Let ${\bf \Delta}=(\delta_1,\,\ldots,\,\delta_n)\in\mathbb{R}^n\setminus(0,\,\ldots,\,0)$, ${\bf 1}=(1,\,\ldots,\,1)_{1\times n}$ and $\bf 1\Delta$$^T=0$, where $T$ denotes transpose.
Let ${\bf \mu}=(\mu_1-r_f,\,\ldots,\,\mu_n-r_f)$, where $\mu_1,\,\ldots,\,\mu_n$ are expected returns of some random returns $r_1,\,\ldots,\,r_n$ and $r_f$ denotes the risk-free return rate.
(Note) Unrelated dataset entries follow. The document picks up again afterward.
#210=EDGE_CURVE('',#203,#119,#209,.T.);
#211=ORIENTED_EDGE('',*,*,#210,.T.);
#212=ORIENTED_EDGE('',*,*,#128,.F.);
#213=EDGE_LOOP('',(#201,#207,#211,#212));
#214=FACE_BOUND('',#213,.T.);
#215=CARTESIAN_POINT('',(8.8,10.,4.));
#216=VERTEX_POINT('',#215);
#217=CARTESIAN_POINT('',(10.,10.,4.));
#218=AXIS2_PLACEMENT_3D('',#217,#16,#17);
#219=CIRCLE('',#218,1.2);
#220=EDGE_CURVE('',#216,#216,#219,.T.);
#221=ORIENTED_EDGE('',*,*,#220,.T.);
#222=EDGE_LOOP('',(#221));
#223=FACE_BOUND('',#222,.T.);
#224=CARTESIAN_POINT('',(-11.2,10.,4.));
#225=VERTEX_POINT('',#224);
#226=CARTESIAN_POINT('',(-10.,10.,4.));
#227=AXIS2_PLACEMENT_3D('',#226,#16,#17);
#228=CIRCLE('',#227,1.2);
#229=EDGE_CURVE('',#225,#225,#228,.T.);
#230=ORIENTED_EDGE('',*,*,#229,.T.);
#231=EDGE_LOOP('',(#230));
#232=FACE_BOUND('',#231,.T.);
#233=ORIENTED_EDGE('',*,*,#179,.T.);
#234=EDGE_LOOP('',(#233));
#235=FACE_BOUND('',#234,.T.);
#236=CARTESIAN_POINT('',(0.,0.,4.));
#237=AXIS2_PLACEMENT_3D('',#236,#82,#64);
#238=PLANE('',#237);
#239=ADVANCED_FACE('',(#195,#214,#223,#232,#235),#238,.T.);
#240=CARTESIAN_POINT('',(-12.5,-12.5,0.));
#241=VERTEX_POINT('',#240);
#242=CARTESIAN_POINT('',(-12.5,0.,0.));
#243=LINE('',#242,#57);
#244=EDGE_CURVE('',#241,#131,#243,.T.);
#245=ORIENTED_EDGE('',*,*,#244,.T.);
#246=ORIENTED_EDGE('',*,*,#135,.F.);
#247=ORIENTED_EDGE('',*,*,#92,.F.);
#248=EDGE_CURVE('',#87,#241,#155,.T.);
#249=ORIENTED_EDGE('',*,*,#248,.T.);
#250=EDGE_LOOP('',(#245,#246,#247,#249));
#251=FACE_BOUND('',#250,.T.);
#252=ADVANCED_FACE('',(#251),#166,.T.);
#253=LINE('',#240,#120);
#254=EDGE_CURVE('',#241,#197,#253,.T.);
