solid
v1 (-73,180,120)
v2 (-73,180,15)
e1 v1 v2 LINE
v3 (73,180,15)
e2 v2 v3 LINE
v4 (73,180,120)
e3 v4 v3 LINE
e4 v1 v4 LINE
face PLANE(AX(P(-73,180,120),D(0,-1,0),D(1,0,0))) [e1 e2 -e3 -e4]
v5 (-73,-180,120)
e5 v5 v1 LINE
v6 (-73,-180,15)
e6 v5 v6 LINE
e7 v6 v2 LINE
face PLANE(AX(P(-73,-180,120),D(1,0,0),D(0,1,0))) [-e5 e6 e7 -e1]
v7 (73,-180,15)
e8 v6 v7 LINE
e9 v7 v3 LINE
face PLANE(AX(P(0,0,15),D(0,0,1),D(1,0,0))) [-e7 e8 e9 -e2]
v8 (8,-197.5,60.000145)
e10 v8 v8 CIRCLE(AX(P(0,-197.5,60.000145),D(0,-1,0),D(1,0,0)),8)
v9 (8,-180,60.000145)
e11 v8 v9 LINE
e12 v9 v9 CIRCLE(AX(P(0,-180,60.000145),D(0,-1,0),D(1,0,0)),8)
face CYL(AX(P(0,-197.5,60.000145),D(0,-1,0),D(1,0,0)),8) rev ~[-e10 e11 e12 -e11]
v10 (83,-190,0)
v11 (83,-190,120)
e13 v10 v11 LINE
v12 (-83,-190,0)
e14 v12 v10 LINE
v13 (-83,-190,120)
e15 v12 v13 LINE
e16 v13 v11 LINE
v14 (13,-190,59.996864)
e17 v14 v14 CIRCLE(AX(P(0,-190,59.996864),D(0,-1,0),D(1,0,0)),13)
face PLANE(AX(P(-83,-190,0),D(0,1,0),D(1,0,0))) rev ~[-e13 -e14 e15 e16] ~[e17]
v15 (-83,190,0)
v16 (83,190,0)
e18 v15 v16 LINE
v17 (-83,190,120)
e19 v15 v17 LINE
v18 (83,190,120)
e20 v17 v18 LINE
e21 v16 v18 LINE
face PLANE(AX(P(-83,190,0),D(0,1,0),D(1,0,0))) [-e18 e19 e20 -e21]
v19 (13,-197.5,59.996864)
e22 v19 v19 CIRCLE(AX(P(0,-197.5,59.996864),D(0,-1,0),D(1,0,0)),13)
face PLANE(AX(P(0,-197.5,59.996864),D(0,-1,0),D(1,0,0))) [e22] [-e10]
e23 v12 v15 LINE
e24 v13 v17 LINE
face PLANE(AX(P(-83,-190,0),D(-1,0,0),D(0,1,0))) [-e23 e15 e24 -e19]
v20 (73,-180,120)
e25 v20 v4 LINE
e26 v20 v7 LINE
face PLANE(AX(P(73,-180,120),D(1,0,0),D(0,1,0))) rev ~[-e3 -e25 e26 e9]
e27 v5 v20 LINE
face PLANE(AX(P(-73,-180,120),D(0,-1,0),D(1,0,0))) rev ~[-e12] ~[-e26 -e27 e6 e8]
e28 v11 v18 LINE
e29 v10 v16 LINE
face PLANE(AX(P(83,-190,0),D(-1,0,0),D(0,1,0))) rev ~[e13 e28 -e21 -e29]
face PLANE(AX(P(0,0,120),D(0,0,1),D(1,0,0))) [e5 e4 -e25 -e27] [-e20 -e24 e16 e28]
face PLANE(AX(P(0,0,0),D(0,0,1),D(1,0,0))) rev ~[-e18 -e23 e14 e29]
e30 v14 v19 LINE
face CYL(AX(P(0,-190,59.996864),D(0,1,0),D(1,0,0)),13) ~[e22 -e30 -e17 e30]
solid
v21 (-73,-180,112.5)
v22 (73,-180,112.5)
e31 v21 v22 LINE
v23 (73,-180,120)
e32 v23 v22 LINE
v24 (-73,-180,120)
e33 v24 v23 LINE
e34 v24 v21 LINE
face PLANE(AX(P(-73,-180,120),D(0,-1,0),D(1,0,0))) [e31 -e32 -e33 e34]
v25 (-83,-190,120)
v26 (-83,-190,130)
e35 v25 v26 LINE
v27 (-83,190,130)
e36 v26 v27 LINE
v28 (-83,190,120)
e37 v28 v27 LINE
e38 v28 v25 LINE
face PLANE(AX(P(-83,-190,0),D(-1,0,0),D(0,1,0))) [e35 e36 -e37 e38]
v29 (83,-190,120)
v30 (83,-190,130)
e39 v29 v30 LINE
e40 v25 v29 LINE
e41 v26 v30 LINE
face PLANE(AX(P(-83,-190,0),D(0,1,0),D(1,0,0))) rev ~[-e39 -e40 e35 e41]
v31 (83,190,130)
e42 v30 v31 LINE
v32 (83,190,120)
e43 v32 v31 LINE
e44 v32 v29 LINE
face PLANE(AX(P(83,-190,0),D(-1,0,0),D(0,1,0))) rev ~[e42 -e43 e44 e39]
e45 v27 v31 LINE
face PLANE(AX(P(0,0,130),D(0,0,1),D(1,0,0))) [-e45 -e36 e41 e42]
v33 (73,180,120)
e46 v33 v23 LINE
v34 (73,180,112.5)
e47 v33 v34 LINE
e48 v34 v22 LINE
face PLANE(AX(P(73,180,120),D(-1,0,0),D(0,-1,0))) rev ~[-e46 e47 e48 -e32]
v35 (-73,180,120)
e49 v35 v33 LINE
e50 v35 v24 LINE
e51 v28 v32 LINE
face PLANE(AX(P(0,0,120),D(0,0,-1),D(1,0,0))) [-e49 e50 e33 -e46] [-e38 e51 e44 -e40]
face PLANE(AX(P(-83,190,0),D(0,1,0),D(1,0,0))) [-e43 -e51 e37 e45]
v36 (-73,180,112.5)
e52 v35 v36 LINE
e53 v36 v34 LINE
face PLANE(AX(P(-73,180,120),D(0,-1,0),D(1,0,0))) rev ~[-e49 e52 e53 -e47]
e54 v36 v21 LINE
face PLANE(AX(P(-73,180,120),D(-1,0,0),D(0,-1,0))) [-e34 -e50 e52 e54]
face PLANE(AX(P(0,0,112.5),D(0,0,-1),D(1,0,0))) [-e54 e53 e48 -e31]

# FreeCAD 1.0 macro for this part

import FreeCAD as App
import Part
import Sketcher

V = App.Vector


def add_polygon(sketch, points):
    """Adds a closed chain of lines whose ends are joined by coincident constraints."""
    first, n = sketch.GeometryCount, len(points)
    for a, b in zip(points, points[1:] + points[:1]):
        sketch.addGeometry(Part.LineSegment(App.Vector(*a, 0), App.Vector(*b, 0)), False)
    for i in range(n):
        sketch.addConstraint(Sketcher.Constraint("Coincident", first + i, 2, first + (i + 1) % n, 1))

doc = App.newDocument("Part")
params = doc.addObject("Spreadsheet::Sheet", "Params")
for row, (alias, value) in enumerate([
    ("sketch1_width", "166 mm"),
    ("sketch1_height", "380 mm"),
    ("pad1_length", "120 mm"),
    ("sketch2_width", "146 mm"),
    ("sketch2_height", "360 mm"),
    ("pocket1_length", "105 mm"),
    ("sketch3_diameter", "26 mm"),
    ("pad2_length", "7.5 mm"),
    ("sketch4_diameter", "16 mm"),
    ("pocket2_length", "17.5 mm"),
    ("sketch5_width", "166 mm"),
    ("sketch5_height", "380 mm"),
    ("pad3_length", "130 mm"),
    ("sketch6_width", "166 mm"),
    ("sketch6_height", "380 mm"),
    ("pocket3_length", "120 mm"),
    ("sketch7_width", "146 mm"),
    ("sketch7_height", "360 mm"),
    ("pad4_length", "7.5 mm"),
], start=1):
    params.set(f"A{row}", alias)
    params.set(f"B{row}", "=" + value)
    params.setAlias(f"B{row}", alias)

body = doc.addObject("PartDesign::Body", "Body")

# Sketch on XY plane
sketch1 = doc.addObject("Sketcher::SketchObject", "Sketch")
body.addObject(sketch1)
sketch1.AttachmentSupport = (doc.XY_Plane, [""])
sketch1.MapMode = "FlatFace"
add_polygon(sketch1, [(-83, 190), (-83, -190), (83, -190), (83, 190)])  # lines 0-3
sketch1.addConstraint([
    Sketcher.Constraint("Vertical", 0),
    Sketcher.Constraint("Horizontal", 1),
    Sketcher.Constraint("Vertical", 2),
    Sketcher.Constraint("Horizontal", 3),
    Sketcher.Constraint("Symmetric", 0, 2, 2, 2, -1, 1),
    Sketcher.Constraint("DistanceX", 1, 1, 1, 2, 166.0),
    Sketcher.Constraint("DistanceY", 0, 2, 0, 1, 380.0),
])
sketch1.setExpression("Constraints[9]", "Params.sketch1_width")
sketch1.setExpression("Constraints[10]", "Params.sketch1_height")
pad1 = doc.addObject("PartDesign::Pad", "Pad")
body.addObject(pad1)
pad1.Profile = sketch1
pad1.setExpression("Length", "Params.pad1_length")

# Sketch on XY plane
sketch2 = doc.addObject("Sketcher::SketchObject", "Sketch001")
body.addObject(sketch2)
sketch2.AttachmentSupport = (doc.XY_Plane, [""])
sketch2.MapMode = "FlatFace"
sketch2.AttachmentOffset = App.Placement(V(0, 0, 120), App.Rotation())
add_polygon(sketch2, [(-73, 180), (-73, -180), (73, -180), (73, 180)])  # lines 0-3
sketch2.addConstraint([
    Sketcher.Constraint("Vertical", 0),
    Sketcher.Constraint("Horizontal", 1),
    Sketcher.Constraint("Vertical", 2),
    Sketcher.Constraint("Horizontal", 3),
    Sketcher.Constraint("Symmetric", 0, 2, 2, 2, -1, 1),
    Sketcher.Constraint("DistanceX", 1, 1, 1, 2, 146.0),
    Sketcher.Constraint("DistanceY", 0, 2, 0, 1, 360.0),
])
sketch2.setExpression("Constraints[9]", "Params.sketch2_width")
sketch2.setExpression("Constraints[10]", "Params.sketch2_height")
pocket1 = doc.addObject("PartDesign::Pocket", "Pocket")
body.addObject(pocket1)
pocket1.Profile = sketch2
pocket1.setExpression("Length", "Params.pocket1_length")

# Sketch on XZ plane
sketch3 = doc.addObject("Sketcher::SketchObject", "Sketch002")
body.addObject(sketch3)
sketch3.AttachmentSupport = (doc.XZ_Plane, [""])
sketch3.MapMode = "FlatFace"
sketch3.AttachmentOffset = App.Placement(V(0, 0, 190), App.Rotation())
sketch3.addGeometry(Part.Circle(V(0, 59.996864, 0), V(0, 0, 1), 13), False)
sketch3.addConstraint([
    Sketcher.Constraint("PointOnObject", 0, 3, -2),
    Sketcher.Constraint("Diameter", 0, 26.0),
    Sketcher.Constraint("DistanceY", -1, 1, 0, 3, 59.996864),
])
sketch3.setExpression("Constraints[1]", "Params.sketch3_diameter")
pad2 = doc.addObject("PartDesign::Pad", "Pad001")
body.addObject(pad2)
pad2.Profile = sketch3
pad2.setExpression("Length", "Params.pad2_length")

# Sketch on XZ plane
sketch4 = doc.addObject("Sketcher::SketchObject", "Sketch003")
body.addObject(sketch4)
sketch4.AttachmentSupport = (doc.XZ_Plane, [""])
sketch4.MapMode = "FlatFace"
sketch4.AttachmentOffset = App.Placement(V(0, 0, 197.5), App.Rotation())
sketch4.addGeometry(Part.Circle(V(0, 60.000145, 0), V(0, 0, 1), 8), False)
sketch4.addConstraint([
    Sketcher.Constraint("PointOnObject", 0, 3, -2),
    Sketcher.Constraint("Diameter", 0, 16.0),
    Sketcher.Constraint("DistanceY", -1, 1, 0, 3, 60.000145),
])
sketch4.setExpression("Constraints[1]", "Params.sketch4_diameter")
pocket2 = doc.addObject("PartDesign::Pocket", "Pocket001")
body.addObject(pocket2)
pocket2.Profile = sketch4
pocket2.setExpression("Length", "Params.pocket2_length")
body2 = doc.addObject("PartDesign::Body", "Body001")

# Sketch on XY plane
sketch5 = doc.addObject("Sketcher::SketchObject", "Sketch004")
body2.addObject(sketch5)
sketch5.AttachmentSupport = (doc.getObject("XY_Plane001"), [""])
sketch5.MapMode = "FlatFace"
add_polygon(sketch5, [(-83, 190), (-83, -190), (83, -190), (83, 190)])  # lines 0-3
sketch5.addConstraint([
    Sketcher.Constraint("Vertical", 0),
    Sketcher.Constraint("Horizontal", 1),
    Sketcher.Constraint("Vertical", 2),
    Sketcher.Constraint("Horizontal", 3),
    Sketcher.Constraint("Symmetric", 0, 2, 2, 2, -1, 1),
    Sketcher.Constraint("DistanceX", 1, 1, 1, 2, 166.0),
    Sketcher.Constraint("DistanceY", 0, 2, 0, 1, 380.0),
])
sketch5.setExpression("Constraints[9]", "Params.sketch5_width")
sketch5.setExpression("Constraints[10]", "Params.sketch5_height")
pad3 = doc.addObject("PartDesign::Pad", "Pad002")
body2.addObject(pad3)
pad3.Profile = sketch5
pad3.setExpression("Length", "Params.pad3_length")

# Sketch on XY plane
sketch6 = doc.addObject("Sketcher::SketchObject", "Sketch005")
body2.addObject(sketch6)
sketch6.AttachmentSupport = (doc.getObject("XY_Plane001"), [""])
sketch6.MapMode = "FlatFace"
add_polygon(sketch6, [(-83, -190), (-83, 190), (83, 190), (83, -190)])  # lines 0-3
sketch6.addConstraint([
    Sketcher.Constraint("Vertical", 0),
    Sketcher.Constraint("Horizontal", 1),
    Sketcher.Constraint("Vertical", 2),
    Sketcher.Constraint("Horizontal", 3),
    Sketcher.Constraint("Symmetric", 0, 2, 2, 2, -1, 1),
    Sketcher.Constraint("DistanceX", 1, 1, 1, 2, 166.0),
    Sketcher.Constraint("DistanceY", 0, 1, 0, 2, 380.0),
])
sketch6.setExpression("Constraints[9]", "Params.sketch6_width")
sketch6.setExpression("Constraints[10]", "Params.sketch6_height")
pocket3 = doc.addObject("PartDesign::Pocket", "Pocket002")
body2.addObject(pocket3)
pocket3.Profile = sketch6
pocket3.setExpression("Length", "Params.pocket3_length")
pocket3.Reversed = True

# Sketch on XY plane
sketch7 = doc.addObject("Sketcher::SketchObject", "Sketch006")
body2.addObject(sketch7)
sketch7.AttachmentSupport = (doc.getObject("XY_Plane001"), [""])
sketch7.MapMode = "FlatFace"
sketch7.AttachmentOffset = App.Placement(V(0, 0, 120), App.Rotation())
add_polygon(sketch7, [(-73, -180), (-73, 180), (73, 180), (73, -180)])  # lines 0-3
sketch7.addConstraint([
    Sketcher.Constraint("Vertical", 0),
    Sketcher.Constraint("Horizontal", 1),
    Sketcher.Constraint("Vertical", 2),
    Sketcher.Constraint("Horizontal", 3),
    Sketcher.Constraint("Symmetric", 0, 2, 2, 2, -1, 1),
    Sketcher.Constraint("DistanceX", 1, 1, 1, 2, 146.0),
    Sketcher.Constraint("DistanceY", 0, 1, 0, 2, 360.0),
])
sketch7.setExpression("Constraints[9]", "Params.sketch7_width")
sketch7.setExpression("Constraints[10]", "Params.sketch7_height")
pad4 = doc.addObject("PartDesign::Pad", "Pad003")
body2.addObject(pad4)
pad4.Profile = sketch7
pad4.setExpression("Length", "Params.pad4_length")
pad4.Reversed = True

doc.recompute()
Let $\Sigma$ denote the covariance matrix of $r_1,\,\ldots,\,r_n$ and $\Sigma^{-1}$ its inverse. We assume that $\Sigma^{-1}$ exists.
Can you show that $$ \left({\bf \Delta \mu}^T\right)^2<{\bf \mu}\Sigma^{-1}{\bf \mu}^T\,{\bf \Delta}\Sigma{\bf \Delta}^T $$ for all such $\bf \Delta$?
Such inequality appears trying to justify that
$$ {\bf W}^T=(w_1,\,\ldots,\,w_n)^T=\frac{\Sigma^{-1}{\bf \mu}^T}{{\bf 1}\Sigma^{-1}{\bf \mu}^T} $$ maximizes the Sharpe ratio
$$ \frac{\bf W \mu^T}{\sqrt{{\bf W}\Sigma{\bf W}^T}},\text{ when } {\bf 1}{\bf W}^T=1. $$
Since the covariance matrix of non-degenarate random variables is positively defined, then $$ \left({\bf 1}\Sigma^{-1}{\bf\mu}^T\right)^2{\bf W}\Sigma\bf{W}^T>0 $$ for any collection of weights $\bf W$. By taking $$ {\bf W}^T=\frac{\Sigma^{-1}{\bf\mu}^T}{{\bf1}\Sigma^{-1}{\bf\mu}^T}+{\bf \Delta}^T $$ we get $$ \left({\bf 1}\Sigma^{-1}{\bf\mu}^T\right)^2{\bf W}\Sigma\bf{W}^T ={\bf \Delta}\Sigma{\bf \Delta}^T\left({\bf 1}\Sigma^{-1}{\bf\mu}^T\right)^2 +2{\bf \Delta}{\bf\mu}\left({\bf 1}\Sigma^{-1}{\bf\mu}^T\right) +{\bf\mu}\Sigma^{-1}{\bf\mu}^T>0. $$ Recalling that $ax^2+bx+c>0$ implies $b^2-4ac<0$ we get the desired inequality.